Esas No: 2019/1304
Karar No: 2020/3764
Karar Tarihi: 22.12.2020
Danıştay 13. Daire 2019/1304 Esas 2020/3764 Karar Sayılı İlamı
T.C.
D A N I Ş T A Y
ONÜÇÜNCÜ DAİRE
Esas No : 2019/1304
Karar No : 2020/3764
DAVACI : … Bank A.Ş
(Eski Unvan: … Bankası A.Ş.)
VEKİLİ : Av. …
DAVALI : … Kurumu
VEKİLİ : Av. …
DAVANIN KONUSU :
Davacı Banka hakkında, bazı kredilerde 30 günün üzerinde gecikmeler olmasına rağmen bu kredileri İkinci Grup-Yakın İzlemedeki Krediler ve Diğer Alacaklar Grubu'nda sınıflandırmadığından bahisle 5411 sayılı Bankacılık Kanunu'nun 148. maddesinin (b) bendi uyarınca 6.344,00-TL; bazı kredilerle ilgili olarak kanunî takip süreci başlatılmasına rağmen bu kredileri "Üçüncü Grup-Tahsil İmkânı Sınırlı Krediler ve Diğer Alacaklar" olarak sınıflandırmadığından bahisle 5411 sayılı Kanun'un 146. maddesinin birinci fıkrasının (i) bendi uyarınca her bir firma için 3.172-TL olmak üzere 22.204,00-TL idarî para cezası verilmesine ilişkin Bankacılık Düzenleme ve Denetleme Kurulu'nun (Kurul) 26/03/2009 tarih ve 3104 sayılı kararının iptali istenilmektedir.
DAVACININ İDDİALARI :
İkinci grupta izlenmesi gereken kredilere ilişkin tespitlerin hatalı olduğu, bu grupta sınıflandırılması gerektiği ileri sürülen kredilerin rotatif kredi olarak kullandırıldığı, bu kredilerin tanımı gereği herhangi bir vade ile sınırlı olmayan krediler olduğu, üçüncü grupta izlenecek alacakların 90 günden fazla gecikmiş alacaklar olduğu ileri sürülmüştür.
DAVALININ SAVUNMASI :
Davacı Bankanın kullandırmış olduğu kredileri yanlış sınıflandırarak eksik genel ve özel karşılık ayırdığının düzenlenen raporla tespit edildiği, bu rapor esas alınarak tesis edilen işlemin hukuka uygun olduğu savunulmuştur.

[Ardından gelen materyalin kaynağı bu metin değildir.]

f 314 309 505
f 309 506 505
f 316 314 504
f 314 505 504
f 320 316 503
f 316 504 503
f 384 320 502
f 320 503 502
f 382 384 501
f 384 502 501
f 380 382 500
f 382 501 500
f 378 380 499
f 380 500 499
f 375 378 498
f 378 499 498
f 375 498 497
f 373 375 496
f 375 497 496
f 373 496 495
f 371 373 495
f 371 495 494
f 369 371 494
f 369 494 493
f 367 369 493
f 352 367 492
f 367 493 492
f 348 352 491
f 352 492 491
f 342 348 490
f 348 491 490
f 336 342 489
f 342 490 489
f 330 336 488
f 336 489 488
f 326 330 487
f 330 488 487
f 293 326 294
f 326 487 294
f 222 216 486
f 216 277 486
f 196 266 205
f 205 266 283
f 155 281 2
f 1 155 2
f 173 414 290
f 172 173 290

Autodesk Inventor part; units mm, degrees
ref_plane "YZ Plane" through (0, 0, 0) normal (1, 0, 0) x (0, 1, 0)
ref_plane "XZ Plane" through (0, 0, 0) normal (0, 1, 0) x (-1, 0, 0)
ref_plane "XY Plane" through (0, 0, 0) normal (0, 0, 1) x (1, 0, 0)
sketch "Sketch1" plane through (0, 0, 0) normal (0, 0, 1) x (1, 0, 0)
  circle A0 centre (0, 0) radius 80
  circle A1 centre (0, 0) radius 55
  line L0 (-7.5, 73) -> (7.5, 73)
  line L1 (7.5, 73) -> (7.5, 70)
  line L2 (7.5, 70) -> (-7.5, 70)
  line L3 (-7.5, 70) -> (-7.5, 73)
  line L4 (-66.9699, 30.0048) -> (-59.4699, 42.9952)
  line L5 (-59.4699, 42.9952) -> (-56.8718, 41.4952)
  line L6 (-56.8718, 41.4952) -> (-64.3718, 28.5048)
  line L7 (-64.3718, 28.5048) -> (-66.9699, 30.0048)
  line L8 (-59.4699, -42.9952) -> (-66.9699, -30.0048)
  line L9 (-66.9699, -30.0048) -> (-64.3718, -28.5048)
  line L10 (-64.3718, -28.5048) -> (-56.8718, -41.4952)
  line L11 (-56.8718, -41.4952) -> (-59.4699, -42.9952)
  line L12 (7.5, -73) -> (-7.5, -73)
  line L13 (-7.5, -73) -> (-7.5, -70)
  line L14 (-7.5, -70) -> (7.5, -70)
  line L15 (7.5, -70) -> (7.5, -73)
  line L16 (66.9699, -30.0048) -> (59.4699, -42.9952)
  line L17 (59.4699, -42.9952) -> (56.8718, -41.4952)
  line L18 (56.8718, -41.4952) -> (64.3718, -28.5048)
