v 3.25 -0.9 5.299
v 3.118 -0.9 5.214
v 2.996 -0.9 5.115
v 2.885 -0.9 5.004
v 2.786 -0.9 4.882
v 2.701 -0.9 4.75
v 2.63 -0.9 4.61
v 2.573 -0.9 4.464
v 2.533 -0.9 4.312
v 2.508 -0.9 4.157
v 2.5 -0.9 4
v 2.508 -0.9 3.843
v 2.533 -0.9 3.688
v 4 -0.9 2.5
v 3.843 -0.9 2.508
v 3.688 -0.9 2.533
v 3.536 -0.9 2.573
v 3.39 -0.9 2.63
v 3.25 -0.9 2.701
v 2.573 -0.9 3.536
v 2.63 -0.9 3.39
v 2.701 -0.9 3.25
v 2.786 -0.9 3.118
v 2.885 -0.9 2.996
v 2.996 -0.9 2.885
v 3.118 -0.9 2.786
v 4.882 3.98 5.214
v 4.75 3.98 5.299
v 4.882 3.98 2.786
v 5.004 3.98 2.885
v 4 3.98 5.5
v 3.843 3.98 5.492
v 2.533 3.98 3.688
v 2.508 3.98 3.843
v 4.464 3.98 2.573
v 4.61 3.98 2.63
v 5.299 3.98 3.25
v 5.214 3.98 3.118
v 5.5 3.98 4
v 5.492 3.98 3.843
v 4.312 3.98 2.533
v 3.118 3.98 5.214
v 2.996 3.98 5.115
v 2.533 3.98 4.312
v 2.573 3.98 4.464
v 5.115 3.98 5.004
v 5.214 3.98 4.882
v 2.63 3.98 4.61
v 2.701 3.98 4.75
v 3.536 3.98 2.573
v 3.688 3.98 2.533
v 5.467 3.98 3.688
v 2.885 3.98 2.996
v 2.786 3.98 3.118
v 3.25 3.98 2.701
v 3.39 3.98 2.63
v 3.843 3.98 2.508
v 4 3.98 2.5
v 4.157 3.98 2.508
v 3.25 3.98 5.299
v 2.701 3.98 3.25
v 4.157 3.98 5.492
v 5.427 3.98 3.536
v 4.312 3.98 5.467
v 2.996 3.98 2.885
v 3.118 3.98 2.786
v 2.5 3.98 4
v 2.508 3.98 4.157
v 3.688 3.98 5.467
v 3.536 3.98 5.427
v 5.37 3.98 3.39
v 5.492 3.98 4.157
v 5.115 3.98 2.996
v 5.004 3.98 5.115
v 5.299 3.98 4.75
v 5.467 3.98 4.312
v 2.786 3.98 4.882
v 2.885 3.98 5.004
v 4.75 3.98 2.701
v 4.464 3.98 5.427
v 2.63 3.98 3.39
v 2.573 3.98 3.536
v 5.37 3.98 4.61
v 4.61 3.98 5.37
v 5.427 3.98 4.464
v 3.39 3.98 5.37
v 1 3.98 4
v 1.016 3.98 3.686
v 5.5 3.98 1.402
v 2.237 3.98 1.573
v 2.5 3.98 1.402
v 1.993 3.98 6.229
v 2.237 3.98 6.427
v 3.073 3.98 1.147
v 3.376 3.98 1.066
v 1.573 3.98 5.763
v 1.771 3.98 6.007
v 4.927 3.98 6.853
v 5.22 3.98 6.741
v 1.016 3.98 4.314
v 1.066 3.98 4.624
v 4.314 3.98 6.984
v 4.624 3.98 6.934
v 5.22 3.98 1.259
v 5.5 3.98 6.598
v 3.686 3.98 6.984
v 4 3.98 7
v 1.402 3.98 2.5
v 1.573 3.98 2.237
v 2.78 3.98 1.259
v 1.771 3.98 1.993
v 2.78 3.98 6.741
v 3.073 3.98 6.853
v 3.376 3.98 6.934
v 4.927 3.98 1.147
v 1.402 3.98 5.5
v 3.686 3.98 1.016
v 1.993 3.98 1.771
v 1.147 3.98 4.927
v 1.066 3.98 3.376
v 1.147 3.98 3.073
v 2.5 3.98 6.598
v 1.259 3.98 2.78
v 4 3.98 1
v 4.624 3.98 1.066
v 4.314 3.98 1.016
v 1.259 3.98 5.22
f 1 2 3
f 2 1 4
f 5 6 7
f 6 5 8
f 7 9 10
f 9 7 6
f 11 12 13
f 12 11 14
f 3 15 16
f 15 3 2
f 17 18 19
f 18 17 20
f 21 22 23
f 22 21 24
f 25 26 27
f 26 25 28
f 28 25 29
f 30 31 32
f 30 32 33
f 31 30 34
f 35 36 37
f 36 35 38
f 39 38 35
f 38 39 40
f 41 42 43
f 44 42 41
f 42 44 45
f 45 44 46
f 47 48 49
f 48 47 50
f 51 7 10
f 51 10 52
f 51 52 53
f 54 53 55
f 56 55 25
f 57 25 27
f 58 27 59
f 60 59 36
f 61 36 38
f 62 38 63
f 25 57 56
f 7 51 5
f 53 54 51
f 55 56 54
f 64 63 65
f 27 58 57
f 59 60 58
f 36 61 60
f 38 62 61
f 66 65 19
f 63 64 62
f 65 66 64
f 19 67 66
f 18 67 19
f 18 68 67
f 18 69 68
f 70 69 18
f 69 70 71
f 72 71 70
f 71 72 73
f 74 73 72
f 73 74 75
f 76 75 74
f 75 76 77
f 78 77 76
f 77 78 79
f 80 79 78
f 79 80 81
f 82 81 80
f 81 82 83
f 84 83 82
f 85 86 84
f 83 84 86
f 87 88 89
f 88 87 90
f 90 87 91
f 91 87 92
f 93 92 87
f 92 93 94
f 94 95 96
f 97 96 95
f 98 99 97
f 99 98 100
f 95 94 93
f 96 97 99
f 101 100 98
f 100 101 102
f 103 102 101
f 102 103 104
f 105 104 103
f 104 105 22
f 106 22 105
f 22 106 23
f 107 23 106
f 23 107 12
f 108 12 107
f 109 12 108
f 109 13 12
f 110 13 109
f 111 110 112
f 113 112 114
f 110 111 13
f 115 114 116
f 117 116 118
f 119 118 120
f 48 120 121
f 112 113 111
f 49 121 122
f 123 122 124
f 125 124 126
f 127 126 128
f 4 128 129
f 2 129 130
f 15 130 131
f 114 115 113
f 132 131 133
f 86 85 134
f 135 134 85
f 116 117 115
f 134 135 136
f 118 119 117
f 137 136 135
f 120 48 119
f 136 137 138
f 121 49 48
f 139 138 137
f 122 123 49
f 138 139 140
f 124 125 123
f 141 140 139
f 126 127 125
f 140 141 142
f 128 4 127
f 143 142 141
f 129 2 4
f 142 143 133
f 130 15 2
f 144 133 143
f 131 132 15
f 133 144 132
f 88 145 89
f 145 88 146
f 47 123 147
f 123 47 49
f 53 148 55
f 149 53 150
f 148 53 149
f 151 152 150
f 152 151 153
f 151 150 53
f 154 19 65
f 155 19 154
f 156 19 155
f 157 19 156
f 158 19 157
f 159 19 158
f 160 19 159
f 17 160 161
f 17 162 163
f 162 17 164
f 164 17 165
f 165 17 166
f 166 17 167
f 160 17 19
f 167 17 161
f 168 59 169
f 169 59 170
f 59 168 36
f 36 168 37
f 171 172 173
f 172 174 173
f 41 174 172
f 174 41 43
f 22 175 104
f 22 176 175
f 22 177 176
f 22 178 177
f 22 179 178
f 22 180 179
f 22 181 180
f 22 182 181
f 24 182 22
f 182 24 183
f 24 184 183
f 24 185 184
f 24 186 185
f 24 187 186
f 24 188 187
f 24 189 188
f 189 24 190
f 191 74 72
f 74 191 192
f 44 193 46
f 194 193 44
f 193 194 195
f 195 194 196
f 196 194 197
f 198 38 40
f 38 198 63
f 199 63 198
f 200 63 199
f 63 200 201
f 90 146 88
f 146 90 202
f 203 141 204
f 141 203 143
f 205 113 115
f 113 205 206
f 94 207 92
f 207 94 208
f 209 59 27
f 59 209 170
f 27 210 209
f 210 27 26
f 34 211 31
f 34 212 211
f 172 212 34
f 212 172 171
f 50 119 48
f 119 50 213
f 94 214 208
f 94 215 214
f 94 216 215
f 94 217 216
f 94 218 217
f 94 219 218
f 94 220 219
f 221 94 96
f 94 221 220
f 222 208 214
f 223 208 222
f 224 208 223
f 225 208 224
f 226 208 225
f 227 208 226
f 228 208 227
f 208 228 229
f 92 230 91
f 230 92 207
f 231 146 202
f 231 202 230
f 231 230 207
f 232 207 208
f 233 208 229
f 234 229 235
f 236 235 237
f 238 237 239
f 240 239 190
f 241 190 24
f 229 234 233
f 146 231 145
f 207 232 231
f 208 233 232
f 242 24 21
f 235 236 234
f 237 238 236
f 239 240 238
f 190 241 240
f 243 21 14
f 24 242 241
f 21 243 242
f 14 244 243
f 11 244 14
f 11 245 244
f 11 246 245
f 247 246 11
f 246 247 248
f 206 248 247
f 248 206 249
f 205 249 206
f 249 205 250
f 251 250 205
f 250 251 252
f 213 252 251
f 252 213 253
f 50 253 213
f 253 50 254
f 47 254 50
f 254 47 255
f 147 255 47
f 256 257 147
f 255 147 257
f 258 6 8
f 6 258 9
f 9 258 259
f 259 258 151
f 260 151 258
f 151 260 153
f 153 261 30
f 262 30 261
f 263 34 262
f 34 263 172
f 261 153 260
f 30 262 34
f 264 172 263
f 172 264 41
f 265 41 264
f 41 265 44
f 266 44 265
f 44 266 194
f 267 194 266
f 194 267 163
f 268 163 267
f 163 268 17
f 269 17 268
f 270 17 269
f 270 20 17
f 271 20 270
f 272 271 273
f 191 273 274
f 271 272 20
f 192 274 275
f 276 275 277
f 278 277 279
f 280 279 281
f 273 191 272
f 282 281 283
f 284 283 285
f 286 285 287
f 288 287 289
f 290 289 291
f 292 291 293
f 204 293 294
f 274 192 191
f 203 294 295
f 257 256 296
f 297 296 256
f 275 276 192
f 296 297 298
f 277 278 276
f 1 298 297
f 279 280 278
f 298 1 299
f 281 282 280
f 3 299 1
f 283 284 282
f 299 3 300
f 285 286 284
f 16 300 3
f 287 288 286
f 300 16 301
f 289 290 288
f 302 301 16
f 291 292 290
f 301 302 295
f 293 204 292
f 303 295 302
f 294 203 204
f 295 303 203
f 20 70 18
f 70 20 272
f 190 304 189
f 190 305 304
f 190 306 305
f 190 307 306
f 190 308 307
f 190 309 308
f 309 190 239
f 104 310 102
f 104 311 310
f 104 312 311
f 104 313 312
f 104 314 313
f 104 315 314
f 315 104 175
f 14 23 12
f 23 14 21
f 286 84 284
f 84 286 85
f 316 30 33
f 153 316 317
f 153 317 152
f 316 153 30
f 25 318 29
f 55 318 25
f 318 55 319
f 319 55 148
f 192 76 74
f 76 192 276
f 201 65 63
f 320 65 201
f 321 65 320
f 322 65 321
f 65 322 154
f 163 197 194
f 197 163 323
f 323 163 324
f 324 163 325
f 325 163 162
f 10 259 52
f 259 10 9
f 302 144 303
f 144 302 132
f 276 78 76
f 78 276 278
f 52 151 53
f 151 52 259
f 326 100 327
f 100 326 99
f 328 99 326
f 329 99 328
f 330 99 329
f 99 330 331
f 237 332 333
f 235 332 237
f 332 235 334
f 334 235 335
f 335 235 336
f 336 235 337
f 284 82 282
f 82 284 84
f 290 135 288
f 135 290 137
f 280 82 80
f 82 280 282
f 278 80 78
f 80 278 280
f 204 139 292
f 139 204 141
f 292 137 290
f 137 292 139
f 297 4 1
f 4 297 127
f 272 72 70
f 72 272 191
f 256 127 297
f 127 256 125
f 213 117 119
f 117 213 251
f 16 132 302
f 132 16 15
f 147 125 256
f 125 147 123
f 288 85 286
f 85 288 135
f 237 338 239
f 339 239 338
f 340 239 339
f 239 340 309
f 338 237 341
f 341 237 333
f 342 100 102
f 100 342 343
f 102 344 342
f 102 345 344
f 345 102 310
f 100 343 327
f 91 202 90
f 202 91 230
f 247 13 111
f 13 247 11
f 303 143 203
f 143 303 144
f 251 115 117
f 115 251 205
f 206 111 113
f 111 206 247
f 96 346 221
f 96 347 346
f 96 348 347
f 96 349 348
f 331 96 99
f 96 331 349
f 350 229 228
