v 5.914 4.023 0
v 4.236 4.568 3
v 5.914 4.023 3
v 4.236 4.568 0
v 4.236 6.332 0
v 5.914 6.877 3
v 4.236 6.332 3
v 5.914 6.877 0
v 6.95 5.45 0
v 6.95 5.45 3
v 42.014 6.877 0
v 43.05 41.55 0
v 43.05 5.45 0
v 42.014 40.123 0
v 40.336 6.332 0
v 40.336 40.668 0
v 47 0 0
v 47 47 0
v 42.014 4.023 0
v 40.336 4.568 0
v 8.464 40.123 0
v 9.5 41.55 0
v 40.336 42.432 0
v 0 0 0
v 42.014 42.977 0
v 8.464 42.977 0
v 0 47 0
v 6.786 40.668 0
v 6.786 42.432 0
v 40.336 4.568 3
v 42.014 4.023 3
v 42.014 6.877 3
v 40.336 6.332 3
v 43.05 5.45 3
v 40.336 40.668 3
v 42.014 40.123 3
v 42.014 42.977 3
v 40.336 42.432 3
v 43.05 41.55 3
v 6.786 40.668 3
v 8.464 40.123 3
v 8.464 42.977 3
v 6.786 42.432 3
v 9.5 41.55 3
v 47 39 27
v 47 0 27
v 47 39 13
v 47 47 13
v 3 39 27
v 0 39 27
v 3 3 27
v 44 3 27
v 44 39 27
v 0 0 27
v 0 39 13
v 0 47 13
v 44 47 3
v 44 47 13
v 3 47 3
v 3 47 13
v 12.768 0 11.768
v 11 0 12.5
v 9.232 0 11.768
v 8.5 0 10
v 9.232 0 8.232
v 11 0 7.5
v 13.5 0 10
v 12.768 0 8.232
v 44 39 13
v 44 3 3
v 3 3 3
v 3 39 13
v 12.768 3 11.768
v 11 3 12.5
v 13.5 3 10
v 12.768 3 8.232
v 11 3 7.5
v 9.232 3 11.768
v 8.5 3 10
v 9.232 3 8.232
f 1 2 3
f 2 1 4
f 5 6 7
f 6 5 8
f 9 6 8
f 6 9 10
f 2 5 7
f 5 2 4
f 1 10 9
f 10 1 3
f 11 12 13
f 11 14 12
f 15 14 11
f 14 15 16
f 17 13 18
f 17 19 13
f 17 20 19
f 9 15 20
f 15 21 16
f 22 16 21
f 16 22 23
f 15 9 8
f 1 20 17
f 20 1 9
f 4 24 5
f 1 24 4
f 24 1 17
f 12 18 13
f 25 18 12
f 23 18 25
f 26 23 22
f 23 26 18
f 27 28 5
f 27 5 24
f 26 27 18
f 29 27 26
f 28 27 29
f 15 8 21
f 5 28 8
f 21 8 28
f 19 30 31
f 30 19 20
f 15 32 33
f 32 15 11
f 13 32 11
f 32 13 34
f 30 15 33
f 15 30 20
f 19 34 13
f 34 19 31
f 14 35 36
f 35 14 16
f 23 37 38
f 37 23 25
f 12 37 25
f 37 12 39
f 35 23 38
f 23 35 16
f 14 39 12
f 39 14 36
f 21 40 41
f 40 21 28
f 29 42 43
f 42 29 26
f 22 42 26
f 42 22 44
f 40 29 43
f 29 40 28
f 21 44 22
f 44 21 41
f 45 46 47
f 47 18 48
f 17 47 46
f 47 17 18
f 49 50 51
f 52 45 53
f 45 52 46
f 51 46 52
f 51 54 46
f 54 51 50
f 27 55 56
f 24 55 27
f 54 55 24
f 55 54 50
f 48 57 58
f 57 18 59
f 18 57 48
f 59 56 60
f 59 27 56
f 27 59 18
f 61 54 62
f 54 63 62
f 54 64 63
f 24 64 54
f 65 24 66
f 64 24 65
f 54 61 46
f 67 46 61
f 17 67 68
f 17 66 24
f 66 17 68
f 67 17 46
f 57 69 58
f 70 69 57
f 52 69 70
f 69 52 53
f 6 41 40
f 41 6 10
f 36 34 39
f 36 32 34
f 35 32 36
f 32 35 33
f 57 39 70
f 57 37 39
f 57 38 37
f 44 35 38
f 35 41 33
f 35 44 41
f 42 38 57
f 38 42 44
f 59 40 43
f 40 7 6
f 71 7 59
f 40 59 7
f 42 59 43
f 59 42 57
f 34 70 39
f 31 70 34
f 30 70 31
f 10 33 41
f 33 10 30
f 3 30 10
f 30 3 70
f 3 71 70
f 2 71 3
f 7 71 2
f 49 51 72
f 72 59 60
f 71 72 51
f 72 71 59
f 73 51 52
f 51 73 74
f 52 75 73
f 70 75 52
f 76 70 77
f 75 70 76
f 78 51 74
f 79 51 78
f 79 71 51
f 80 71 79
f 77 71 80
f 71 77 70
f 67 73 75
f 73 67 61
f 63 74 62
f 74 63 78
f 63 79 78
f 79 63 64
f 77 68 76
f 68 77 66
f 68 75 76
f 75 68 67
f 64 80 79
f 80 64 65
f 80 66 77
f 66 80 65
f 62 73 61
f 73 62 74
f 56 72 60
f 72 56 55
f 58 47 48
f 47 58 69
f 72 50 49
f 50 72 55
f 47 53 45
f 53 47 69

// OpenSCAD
ibox = [41,41,21];
gbox = [3,3,3];
obox = ibox + gbox * 2;
dbox = [41,50,40];
r=8;
bottom_gap = 3;

//volume 7mm upa and 11mm along
//rear plugs 11.5 up and 12 for power plug
//sound jack (apposit volume) 9mm in
//electrolytic 17 high 16 in from fround  16.12 diam AND 2MM IN
//hole 3.1 (1/8) .9 + 3.1/2 = 2.45mm in
hin = 3.1/2 +.9 +3;

//2.81 + 3.1 / 2 from front   and 26.8 + 3.1/2 from front
//volume control 13 mm high

difference(){
    cube(obox);
    translate(gbox) cube(dbox);
    translate([11,10,7+bottom_gap])
        rotate([90,0,0])
            cylinder(r=2.5,h=20);
    for (i = [  [hin,hin,0],
                [obox[1]-hin,hin,0],
                [obox[1]-hin,obox[1]-hin,0],
                [r,obox[1]-hin,0]])
                    translate(i) cylinder(r=1.5,h=10);
    //slot from back 8mm deep
    translate([-5,obox[1]-8,13]) cube([obox[0]+10,obox[1]/3+1,obox[2]+1]);

}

DANIŞTAY TETKİK HÂKİMİ …'İN DÜŞÜNCESİ : Davanın reddi gerektiği düşünülmektedir.
DANIŞTAY SAVCISI …'UN DÜŞÜNCESİ : Dava; davacı Bankanın, bazı kredilerde 30 günün üzerinde gecikmeler olmasına rağmen bu kredileri "İkinci Grup-Yakın İzlemedeki Krediler ve Diğer Alacaklar Grubu"nda sınıflandırmadığından bahisle 5411 sayılı Bankacılık Kanunu'nun 148. maddesinin (b) bendi uyarınca 6.344,00-TL, bazı kredilerle ilgili olarak kanunî takip süreci başlatılmasına rağmen bu kredileri "Üçüncü Grup-Tahsil İmkânı Sınırlı Krediler ve Diğer Alacaklar" olarak sınıflandırmadığından bahisle 5411 sayılı Kanunun 146. maddesinin birinci fıkrasının (i) bendi uyarınca her bir firma için 3.172,00-TL olmak üzere 22.204,00-TL idarî para cezası verilmesine ilişkin Bankacılık Düzenleme ve Denetleme Kurulu kararının iptali istemiyle açılmıştır.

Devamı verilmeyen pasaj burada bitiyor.